» What you have to do
Would you write out, word for word, each line of the records below from the top through the one holding "#45=CIRCLE('',#44,4.448916);"?

Dataset records:
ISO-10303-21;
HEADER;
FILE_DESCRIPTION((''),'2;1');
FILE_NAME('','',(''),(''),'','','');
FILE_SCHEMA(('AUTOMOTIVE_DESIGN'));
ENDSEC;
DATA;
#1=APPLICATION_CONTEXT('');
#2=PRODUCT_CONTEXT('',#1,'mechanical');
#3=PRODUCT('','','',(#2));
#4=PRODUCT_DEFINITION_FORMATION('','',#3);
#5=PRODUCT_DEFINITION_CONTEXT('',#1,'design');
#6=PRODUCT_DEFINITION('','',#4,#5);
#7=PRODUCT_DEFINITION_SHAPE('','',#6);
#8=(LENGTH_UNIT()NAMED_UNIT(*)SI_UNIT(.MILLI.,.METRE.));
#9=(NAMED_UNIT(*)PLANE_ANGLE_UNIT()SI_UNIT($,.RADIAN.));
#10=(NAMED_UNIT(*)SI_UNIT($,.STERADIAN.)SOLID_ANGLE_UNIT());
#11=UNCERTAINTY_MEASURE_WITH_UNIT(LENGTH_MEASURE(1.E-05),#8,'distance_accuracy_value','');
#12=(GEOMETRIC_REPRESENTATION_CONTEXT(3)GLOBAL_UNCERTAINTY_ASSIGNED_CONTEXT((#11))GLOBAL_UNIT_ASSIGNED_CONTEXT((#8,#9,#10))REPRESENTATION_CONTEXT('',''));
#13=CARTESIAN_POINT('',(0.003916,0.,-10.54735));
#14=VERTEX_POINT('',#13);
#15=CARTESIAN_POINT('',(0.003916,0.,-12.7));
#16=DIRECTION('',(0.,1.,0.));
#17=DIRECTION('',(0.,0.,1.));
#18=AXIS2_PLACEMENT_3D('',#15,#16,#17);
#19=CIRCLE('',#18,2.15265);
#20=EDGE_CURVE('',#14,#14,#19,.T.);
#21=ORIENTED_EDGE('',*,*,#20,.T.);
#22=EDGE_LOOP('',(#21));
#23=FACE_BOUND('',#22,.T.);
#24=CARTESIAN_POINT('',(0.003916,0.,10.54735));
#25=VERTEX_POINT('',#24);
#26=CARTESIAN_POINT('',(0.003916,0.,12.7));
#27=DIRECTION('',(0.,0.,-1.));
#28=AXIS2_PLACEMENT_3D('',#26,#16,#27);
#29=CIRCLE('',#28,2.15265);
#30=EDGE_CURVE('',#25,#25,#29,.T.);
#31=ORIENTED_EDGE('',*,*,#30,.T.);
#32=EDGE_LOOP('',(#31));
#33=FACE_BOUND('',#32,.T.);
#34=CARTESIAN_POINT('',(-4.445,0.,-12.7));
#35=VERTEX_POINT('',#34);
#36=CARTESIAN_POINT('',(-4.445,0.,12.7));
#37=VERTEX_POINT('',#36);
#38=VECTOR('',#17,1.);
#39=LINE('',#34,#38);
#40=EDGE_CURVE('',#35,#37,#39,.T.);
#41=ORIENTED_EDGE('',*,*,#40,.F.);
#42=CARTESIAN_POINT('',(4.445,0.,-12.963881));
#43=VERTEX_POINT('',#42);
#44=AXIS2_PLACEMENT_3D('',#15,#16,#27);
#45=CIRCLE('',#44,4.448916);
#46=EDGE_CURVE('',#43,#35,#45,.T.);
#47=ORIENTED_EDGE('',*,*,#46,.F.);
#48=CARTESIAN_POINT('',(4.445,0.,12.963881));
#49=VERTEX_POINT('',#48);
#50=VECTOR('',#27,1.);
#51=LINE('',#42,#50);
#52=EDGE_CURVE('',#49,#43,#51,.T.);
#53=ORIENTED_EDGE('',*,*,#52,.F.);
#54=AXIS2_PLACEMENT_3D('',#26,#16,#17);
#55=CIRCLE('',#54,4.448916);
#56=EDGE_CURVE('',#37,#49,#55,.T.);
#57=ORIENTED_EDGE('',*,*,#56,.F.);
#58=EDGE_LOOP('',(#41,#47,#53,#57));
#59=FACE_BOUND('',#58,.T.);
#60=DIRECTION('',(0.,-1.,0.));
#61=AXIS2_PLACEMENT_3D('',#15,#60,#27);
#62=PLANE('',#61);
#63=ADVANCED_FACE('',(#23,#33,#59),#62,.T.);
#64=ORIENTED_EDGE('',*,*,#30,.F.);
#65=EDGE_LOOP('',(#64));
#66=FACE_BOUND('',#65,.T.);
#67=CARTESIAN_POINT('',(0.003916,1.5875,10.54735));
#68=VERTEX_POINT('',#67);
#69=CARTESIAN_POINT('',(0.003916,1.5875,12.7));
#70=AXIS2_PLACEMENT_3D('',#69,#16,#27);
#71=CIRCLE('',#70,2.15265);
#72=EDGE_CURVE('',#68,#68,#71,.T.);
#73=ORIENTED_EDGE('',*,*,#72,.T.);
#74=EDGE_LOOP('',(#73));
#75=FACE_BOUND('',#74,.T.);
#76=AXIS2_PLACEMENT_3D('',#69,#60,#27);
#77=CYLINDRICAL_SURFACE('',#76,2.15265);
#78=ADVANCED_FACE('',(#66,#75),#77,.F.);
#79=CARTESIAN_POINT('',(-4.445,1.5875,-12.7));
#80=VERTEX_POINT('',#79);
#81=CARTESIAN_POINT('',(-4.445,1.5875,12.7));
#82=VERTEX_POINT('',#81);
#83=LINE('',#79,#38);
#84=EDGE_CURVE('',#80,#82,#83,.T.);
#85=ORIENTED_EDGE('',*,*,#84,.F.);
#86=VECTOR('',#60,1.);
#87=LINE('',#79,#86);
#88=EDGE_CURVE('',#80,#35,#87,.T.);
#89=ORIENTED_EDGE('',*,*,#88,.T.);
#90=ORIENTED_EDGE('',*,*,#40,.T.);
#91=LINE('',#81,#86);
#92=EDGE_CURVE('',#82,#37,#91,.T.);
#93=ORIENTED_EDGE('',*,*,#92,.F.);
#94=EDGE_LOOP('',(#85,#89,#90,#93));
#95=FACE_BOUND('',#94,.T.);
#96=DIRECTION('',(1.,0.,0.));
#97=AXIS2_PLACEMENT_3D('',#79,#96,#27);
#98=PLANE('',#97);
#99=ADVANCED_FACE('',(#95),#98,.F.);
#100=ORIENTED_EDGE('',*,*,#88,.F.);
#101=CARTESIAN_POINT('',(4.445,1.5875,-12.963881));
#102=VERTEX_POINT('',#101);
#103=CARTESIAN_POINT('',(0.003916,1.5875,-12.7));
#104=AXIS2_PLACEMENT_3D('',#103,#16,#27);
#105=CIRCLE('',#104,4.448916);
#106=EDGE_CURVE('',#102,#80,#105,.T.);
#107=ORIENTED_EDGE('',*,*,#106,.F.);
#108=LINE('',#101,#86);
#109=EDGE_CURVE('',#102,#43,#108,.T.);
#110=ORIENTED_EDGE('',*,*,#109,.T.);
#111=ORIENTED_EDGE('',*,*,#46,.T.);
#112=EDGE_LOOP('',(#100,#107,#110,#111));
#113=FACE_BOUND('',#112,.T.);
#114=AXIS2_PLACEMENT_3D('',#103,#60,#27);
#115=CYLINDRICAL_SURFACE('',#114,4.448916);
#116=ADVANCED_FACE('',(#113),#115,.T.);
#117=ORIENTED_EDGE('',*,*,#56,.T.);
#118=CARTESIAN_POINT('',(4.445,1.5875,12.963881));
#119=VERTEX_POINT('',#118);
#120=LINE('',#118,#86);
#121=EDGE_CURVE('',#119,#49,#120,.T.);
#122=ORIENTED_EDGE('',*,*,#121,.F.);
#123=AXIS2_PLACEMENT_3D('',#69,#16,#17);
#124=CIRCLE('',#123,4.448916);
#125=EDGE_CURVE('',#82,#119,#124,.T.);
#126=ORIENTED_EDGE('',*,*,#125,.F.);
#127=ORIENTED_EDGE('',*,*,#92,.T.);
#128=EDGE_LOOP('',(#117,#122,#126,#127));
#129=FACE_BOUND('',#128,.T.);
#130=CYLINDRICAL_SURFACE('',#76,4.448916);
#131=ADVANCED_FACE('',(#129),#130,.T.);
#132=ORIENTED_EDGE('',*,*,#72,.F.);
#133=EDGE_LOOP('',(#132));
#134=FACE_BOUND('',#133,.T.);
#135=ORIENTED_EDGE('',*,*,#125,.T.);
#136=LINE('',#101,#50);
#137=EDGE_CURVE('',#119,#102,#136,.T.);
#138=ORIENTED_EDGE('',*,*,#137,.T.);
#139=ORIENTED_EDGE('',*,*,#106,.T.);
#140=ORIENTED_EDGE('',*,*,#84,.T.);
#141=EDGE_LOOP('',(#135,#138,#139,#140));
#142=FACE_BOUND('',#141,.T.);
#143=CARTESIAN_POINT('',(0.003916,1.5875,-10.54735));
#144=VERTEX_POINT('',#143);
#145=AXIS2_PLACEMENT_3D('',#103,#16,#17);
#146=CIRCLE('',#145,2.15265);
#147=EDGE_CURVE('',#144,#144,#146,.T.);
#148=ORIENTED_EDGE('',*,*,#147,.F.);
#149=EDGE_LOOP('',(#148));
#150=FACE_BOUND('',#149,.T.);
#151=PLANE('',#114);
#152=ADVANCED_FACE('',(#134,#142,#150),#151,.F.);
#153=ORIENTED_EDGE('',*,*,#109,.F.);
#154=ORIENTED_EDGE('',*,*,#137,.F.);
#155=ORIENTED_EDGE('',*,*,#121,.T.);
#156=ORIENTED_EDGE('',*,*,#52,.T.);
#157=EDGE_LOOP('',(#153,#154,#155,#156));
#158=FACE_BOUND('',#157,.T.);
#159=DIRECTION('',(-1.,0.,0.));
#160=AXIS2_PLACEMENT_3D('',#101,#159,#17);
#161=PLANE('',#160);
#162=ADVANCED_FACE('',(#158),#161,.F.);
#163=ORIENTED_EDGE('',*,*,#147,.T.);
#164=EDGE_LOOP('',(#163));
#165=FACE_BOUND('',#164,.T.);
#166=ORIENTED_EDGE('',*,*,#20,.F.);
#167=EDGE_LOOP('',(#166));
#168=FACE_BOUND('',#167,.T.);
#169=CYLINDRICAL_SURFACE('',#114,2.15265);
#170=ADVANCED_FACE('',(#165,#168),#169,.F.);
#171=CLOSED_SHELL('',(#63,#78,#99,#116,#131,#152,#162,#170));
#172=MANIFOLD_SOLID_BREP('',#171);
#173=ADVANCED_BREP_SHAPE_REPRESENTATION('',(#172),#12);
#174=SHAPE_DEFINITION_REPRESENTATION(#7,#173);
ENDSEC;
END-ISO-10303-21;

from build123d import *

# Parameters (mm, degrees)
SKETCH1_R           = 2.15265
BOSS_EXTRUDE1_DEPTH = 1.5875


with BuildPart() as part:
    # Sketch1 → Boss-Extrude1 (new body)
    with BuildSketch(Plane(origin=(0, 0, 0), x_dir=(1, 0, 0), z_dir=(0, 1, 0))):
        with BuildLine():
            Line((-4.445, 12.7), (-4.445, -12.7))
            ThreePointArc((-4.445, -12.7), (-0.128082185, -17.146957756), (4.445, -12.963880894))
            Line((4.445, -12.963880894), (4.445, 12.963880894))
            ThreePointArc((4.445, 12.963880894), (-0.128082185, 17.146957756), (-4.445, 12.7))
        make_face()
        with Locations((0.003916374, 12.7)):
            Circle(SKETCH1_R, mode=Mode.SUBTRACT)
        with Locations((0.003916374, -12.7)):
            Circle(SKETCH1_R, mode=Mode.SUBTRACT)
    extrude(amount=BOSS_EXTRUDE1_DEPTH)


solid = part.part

» Answer for the task
ISO-10303-21;
HEADER;
FILE_DESCRIPTION((''),'2;1');
FILE_NAME('','',(''),(''),'','','');
FILE_SCHEMA(('AUTOMOTIVE_DESIGN'));
ENDSEC;
DATA;
#1=APPLICATION_CONTEXT('');
#2=PRODUCT_CONTEXT('',#1,'mechanical');
#3=PRODUCT('','','',(#2));
#4=PRODUCT_DEFINITION_FORMATION('','',#3);
#5=PRODUCT_DEFINITION_CONTEXT('',#1,'design');
#6=PRODUCT_DEFINITION('','',#4,#5);
#7=PRODUCT_DEFINITION_SHAPE('','',#6);
#8=(LENGTH_UNIT()NAMED_UNIT(*)SI_UNIT(.MILLI.,.METRE.));
#9=(NAMED_UNIT(*)PLANE_ANGLE_UNIT()SI_UNIT($,.RADIAN.));
#10=(NAMED_UNIT(*)SI_UNIT($,.STERADIAN.)SOLID_ANGLE_UNIT());
#11=UNCERTAINTY_MEASURE_WITH_UNIT(LENGTH_MEASURE(1.E-05),#8,'distance_accuracy_value','');
#12=(GEOMETRIC_REPRESENTATION_CONTEXT(3)GLOBAL_UNCERTAINTY_ASSIGNED_CONTEXT((#11))GLOBAL_UNIT_ASSIGNED_CONTEXT((#8,#9,#10))REPRESENTATION_CONTEXT('',''));
#13=CARTESIAN_POINT('',(0.003916,0.,-10.54735));
#14=VERTEX_POINT('',#13);
#15=CARTESIAN_POINT('',(0.003916,0.,-12.7));
#16=DIRECTION('',(0.,1.,0.));
#17=DIRECTION('',(0.,0.,1.));
#18=AXIS2_PLACEMENT_3D('',#15,#16,#17);
#19=CIRCLE('',#18,2.15265);
#20=EDGE_CURVE('',#14,#14,#19,.T.);
#21=ORIENTED_EDGE('',*,*,#20,.T.);
#22=EDGE_LOOP('',(#21));
#23=FACE_BOUND('',#22,.T.);
#24=CARTESIAN_POINT('',(0.003916,0.,10.54735));
#25=VERTEX_POINT('',#24);
#26=CARTESIAN_POINT('',(0.003916,0.,12.7));
#27=DIRECTION('',(0.,0.,-1.));
#28=AXIS2_PLACEMENT_3D('',#26,#16,#27);
#29=CIRCLE('',#28,2.15265);
#30=EDGE_CURVE('',#25,#25,#29,.T.);
#31=ORIENTED_EDGE('',*,*,#30,.T.);
#32=EDGE_LOOP('',(#31));
#33=FACE_BOUND('',#32,.T.);
#34=CARTESIAN_POINT('',(-4.445,0.,-12.7));
#35=VERTEX_POINT('',#34);
#36=CARTESIAN_POINT('',(-4.445,0.,12.7));
#37=VERTEX_POINT('',#36);
#38=VECTOR('',#17,1.);
#39=LINE('',#34,#38);
#40=EDGE_CURVE('',#35,#37,#39,.T.);
#41=ORIENTED_EDGE('',*,*,#40,.F.);
#42=CARTESIAN_POINT('',(4.445,0.,-12.963881));
#43=VERTEX_POINT('',#42);
#44=AXIS2_PLACEMENT_3D('',#15,#16,#27);
#45=CIRCLE('',#44,4.448916);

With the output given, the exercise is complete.